İstinaf kanun yoluna başvuran davalılar vekili dilekçesinde özetle;  öncelikle davacı iddialarını kabul etmediklerini, davaya konu binaların dış cephe ve iç cephe ses ve yalıtım bakımından hem mevzuat gereği uyulması gereken kriterlere hem de sözleşme ve teknik şartnameye uygun yapıldığını, kullanılan malzemelerin ultra lüks olacak şekilde TSE kriterlerine uygun malzemeler olduğunu, binada doğalgaz tesisatı bulunmadığına dair iddiaların asılsız olduğunu, davacıların dairelerinin eksiksiz ve zamanında teslim edildiğini, tanzim edilen bilirkişi raporunun eksik ve yetersiz olduğunu beyanla kararın yeniden incelenmek ve karar verilmek üzere kaldırılmasını istemiştir.

Dava, gayrimenkul satış vaadi ve arsa payı karşılığı inşaat sözleşmesinden kaynaklanan eksik imalat bedeli ve geç teslimden kaynaklanan kira alacağı istemlerine ilişkindir.

HMK'nın 355. maddesi kapsamında istinaf itirazları ve kamu düzenine ilişkin hususlarla sınırlı olarak yapılan inceleme sonunda;

Davaya konu somut uyuşmazlık arsa payı karşılığı inşaat sözleşmesinden doğmuş olup davacılar arsa sahibi, davalılar ise yüklenicidir.

Taraflar arasında 02.07.2013 tarihinde gayrimenkul satış vaadi ve kat karşılığı inşaat sözleşmesi düzenlenmiş olup davalı yükleniciler dava konusu daireleri yapı ruhsatı alım tarihinden itibaren 24 aylık süre içerisinde yapmayı kabul ve taahhüt etmiştir.

Eser sözleşmelerinde kural olarak, davacı iş sahibi ödemeyi, davalı yüklenici ise eseri yapıp teslim ettiğini ispat yükümlülüğü altındadır.

Taraflar arasındaki sözleşmede teslim iskan ruhsatı alınması şartına bağlanmıştır.
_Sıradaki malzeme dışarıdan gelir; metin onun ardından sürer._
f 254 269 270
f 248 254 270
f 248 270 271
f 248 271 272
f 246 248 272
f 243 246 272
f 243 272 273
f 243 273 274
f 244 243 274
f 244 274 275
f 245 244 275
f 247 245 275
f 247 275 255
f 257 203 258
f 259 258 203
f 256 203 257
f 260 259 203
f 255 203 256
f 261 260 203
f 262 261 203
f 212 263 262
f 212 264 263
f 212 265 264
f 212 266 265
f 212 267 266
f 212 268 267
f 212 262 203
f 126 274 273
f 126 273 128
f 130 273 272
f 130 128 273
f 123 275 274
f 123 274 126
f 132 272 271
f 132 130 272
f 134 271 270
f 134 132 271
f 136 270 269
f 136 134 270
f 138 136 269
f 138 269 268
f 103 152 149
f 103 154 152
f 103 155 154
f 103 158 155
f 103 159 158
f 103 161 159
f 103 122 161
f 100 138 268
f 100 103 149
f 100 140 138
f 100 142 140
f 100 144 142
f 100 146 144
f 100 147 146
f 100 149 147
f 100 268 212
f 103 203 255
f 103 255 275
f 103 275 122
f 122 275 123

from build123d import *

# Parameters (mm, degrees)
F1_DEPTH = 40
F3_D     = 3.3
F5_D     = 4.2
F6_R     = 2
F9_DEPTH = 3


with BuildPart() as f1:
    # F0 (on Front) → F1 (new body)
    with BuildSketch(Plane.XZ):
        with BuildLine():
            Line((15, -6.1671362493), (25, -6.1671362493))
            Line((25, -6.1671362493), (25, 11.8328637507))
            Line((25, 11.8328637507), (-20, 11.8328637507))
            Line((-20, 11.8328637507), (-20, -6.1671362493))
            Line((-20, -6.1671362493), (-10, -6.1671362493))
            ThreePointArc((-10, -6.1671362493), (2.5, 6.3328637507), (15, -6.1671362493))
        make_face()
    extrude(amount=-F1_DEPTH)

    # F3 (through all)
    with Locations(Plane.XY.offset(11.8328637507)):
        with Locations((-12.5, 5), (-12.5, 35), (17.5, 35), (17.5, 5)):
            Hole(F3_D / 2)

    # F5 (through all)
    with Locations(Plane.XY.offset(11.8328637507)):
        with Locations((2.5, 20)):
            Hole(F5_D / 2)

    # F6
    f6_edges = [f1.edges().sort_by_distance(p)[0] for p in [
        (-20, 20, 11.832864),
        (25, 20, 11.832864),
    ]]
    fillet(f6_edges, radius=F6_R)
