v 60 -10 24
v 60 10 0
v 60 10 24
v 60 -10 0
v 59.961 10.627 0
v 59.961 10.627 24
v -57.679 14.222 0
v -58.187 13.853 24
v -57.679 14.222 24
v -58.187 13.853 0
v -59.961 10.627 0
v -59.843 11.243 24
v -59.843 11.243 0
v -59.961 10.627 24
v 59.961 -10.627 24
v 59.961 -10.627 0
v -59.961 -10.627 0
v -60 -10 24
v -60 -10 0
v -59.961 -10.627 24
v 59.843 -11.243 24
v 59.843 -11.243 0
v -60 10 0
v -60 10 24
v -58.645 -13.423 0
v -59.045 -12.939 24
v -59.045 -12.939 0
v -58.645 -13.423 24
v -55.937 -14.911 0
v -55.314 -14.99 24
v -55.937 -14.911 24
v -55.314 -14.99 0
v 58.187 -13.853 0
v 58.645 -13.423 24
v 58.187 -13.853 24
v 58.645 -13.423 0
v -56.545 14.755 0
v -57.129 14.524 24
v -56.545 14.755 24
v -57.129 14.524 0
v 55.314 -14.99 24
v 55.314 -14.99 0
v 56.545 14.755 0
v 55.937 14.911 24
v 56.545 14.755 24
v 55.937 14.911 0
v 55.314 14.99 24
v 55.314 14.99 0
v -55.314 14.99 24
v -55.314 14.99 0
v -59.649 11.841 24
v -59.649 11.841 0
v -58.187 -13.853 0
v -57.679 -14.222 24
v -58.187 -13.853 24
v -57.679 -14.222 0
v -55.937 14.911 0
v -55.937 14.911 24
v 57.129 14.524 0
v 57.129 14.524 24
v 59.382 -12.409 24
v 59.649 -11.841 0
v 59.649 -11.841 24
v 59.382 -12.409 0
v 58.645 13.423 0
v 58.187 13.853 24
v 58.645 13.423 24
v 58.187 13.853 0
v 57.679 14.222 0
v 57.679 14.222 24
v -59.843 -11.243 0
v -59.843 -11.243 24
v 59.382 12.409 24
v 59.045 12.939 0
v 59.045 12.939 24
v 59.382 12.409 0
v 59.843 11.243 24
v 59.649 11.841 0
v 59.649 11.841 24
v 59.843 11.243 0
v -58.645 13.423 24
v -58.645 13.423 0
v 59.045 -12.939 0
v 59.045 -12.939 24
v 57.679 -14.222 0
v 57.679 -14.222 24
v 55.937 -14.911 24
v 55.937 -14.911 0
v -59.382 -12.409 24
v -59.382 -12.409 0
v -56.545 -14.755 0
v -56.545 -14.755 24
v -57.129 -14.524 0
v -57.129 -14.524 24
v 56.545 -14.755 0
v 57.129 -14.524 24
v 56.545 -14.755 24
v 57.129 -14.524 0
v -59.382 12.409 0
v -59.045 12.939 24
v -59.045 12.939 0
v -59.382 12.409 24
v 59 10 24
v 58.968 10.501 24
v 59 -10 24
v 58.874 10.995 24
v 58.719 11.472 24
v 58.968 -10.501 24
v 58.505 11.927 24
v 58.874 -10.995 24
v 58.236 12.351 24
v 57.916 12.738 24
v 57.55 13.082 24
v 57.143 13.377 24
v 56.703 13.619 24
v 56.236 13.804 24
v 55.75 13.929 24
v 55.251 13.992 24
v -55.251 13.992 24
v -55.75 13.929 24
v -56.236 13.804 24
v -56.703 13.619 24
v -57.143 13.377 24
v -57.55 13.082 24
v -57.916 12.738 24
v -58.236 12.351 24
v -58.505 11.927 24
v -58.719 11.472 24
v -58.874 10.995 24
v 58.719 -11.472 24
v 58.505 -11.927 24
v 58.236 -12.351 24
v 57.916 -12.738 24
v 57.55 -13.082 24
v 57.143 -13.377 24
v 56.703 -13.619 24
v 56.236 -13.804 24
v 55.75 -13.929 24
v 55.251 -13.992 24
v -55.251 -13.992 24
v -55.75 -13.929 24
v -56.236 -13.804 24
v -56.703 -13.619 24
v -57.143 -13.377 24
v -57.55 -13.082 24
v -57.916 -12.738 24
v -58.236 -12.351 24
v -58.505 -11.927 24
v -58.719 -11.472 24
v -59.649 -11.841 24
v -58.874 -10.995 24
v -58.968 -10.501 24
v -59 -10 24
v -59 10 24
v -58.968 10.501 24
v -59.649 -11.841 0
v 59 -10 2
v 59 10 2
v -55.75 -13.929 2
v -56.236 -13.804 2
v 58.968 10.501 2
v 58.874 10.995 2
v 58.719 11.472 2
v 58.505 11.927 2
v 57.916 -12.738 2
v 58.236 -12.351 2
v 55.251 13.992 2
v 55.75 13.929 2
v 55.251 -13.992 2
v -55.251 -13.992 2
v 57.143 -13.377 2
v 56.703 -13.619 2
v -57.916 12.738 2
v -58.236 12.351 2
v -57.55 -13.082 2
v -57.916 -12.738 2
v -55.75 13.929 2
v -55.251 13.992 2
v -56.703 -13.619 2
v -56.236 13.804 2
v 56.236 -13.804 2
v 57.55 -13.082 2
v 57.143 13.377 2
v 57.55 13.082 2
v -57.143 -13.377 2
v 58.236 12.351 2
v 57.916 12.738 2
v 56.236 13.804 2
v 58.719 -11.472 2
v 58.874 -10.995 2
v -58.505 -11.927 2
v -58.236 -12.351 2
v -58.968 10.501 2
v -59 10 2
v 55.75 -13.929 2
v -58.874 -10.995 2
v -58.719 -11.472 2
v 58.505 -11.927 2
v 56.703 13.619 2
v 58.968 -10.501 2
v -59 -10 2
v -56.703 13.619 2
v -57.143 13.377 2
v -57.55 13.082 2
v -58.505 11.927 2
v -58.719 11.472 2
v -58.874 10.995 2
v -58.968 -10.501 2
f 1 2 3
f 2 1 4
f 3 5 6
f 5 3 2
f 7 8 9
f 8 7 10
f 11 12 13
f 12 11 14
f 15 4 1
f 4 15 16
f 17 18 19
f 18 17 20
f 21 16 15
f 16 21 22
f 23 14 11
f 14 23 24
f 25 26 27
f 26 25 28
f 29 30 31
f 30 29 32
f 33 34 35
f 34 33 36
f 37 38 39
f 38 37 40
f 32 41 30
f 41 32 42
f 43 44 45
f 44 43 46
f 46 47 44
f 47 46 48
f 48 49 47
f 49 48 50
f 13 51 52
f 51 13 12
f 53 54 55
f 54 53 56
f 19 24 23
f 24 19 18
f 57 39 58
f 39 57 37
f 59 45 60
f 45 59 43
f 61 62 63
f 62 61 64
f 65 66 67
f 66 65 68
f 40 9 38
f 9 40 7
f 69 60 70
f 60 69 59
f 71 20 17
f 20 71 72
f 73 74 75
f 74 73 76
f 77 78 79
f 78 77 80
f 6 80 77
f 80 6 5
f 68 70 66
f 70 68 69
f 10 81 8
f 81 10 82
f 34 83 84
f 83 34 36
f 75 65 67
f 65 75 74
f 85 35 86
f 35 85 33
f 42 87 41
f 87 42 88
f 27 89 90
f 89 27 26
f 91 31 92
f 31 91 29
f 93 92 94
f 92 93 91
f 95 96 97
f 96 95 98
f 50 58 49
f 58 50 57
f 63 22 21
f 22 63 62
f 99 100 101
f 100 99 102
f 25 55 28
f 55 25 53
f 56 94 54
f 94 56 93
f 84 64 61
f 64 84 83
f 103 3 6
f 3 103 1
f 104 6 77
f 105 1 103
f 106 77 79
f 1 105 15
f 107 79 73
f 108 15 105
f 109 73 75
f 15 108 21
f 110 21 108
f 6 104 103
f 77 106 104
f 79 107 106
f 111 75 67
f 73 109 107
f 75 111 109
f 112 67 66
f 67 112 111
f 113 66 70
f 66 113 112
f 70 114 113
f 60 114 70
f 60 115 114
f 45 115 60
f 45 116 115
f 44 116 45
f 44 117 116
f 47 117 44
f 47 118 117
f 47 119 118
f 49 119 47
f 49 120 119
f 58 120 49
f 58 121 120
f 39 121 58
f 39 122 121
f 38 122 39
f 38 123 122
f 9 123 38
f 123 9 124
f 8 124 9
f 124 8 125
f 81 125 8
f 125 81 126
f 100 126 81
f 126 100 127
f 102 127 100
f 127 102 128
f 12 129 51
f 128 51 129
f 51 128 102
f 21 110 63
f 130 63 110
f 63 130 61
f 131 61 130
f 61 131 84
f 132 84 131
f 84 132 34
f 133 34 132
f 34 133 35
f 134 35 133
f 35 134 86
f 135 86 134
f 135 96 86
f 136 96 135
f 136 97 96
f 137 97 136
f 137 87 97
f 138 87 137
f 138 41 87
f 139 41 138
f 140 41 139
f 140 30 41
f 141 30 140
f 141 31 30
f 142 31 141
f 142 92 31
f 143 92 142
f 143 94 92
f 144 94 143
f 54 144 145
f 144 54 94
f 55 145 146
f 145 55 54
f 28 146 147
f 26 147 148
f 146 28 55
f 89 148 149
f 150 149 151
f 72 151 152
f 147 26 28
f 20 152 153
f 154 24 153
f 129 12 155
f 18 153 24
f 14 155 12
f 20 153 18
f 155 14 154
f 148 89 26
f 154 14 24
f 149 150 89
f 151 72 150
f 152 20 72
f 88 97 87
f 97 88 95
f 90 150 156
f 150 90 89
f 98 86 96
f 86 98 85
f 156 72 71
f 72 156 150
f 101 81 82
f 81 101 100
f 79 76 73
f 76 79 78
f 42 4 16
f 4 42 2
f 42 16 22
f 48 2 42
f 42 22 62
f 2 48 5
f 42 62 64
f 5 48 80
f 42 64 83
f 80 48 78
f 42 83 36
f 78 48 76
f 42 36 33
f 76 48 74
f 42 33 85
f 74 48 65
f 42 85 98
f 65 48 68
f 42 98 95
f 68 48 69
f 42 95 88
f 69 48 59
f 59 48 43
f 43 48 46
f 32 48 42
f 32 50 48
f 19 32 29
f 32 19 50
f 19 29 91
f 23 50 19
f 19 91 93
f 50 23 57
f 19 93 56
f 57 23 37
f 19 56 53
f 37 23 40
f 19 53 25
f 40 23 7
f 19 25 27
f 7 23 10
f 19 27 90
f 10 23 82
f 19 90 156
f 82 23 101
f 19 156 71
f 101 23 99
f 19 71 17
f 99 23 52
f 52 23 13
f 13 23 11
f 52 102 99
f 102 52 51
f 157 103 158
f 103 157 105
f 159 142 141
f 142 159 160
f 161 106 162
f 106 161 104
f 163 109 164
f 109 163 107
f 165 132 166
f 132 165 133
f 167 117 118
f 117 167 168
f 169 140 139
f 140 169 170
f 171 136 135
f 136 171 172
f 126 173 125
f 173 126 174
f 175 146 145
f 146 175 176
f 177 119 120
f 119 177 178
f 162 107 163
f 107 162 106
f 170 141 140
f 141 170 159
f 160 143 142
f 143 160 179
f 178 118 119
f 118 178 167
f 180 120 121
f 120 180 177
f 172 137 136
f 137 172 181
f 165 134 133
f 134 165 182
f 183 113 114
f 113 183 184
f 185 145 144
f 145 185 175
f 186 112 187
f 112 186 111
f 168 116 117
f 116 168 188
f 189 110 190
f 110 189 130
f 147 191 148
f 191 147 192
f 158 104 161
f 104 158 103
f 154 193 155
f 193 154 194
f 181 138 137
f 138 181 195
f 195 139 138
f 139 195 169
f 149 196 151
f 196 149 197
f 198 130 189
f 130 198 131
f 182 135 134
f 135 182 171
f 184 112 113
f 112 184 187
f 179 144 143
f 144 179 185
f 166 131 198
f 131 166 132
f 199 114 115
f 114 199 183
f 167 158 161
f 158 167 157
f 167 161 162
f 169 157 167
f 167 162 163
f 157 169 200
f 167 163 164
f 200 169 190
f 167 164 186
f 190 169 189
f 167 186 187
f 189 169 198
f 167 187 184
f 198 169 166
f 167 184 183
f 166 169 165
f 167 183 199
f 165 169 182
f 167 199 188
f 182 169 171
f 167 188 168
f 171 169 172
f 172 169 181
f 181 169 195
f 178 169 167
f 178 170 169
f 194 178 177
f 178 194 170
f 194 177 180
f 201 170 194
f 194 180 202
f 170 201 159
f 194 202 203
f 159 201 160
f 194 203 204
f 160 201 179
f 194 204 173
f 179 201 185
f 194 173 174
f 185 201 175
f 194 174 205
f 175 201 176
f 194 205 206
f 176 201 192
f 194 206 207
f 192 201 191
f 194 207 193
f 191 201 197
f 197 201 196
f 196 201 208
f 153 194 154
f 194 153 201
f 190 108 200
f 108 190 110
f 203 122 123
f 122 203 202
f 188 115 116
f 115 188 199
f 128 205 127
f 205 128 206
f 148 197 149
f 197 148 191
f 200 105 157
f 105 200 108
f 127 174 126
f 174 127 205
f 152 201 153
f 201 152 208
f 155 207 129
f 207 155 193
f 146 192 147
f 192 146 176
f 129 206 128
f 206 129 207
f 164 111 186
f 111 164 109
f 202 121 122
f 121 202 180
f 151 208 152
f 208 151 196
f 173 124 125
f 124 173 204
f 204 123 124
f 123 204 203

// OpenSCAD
$fn = 50;


difference() {
	union() {
		hull() {
			translate(v = [-55.0000000000, 10.0000000000, 0]) {
				cylinder(h = 24, r = 5);
			}
			translate(v = [55.0000000000, 10.0000000000, 0]) {
				cylinder(h = 24, r = 5);
			}
			translate(v = [-55.0000000000, -10.0000000000, 0]) {
				cylinder(h = 24, r = 5);
			}
			translate(v = [55.0000000000, -10.0000000000, 0]) {
				cylinder(h = 24, r = 5);
			}
		}
	}
	union() {
		translate(v = [0, 0, 2]) {
			hull() {
				translate(v = [-55.0000000000, 10.0000000000, 0]) {
					cylinder(h = 22, r = 4);
				}
				translate(v = [55.0000000000, 10.0000000000, 0]) {
					cylinder(h = 22, r = 4);
				}
				translate(v = [-55.0000000000, -10.0000000000, 0]) {
					cylinder(h = 22, r = 4);
				}
				translate(v = [55.0000000000, -10.0000000000, 0]) {
					cylinder(h = 22, r = 4);
				}
			}
		}
	}
}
Ancak somut olayda mahallinde yapılan keşif sonrası alınan teknik bilirkişi raporlarından yüklenilen işin sözleşmede kararlaştırılan şekilde tamamlanmadığı ve dolayısıyla usulüne uygun ve zamanında yapılmış bir teslimden söz edilemeyeceği anlaşılmaktadır.

Şu halde davalı yükleniciler edimlerini yerine getirdiklerini ( dava konusu eseri usulüne uygun şekilde teslim ettiklerini) kanıtlayamamıştır.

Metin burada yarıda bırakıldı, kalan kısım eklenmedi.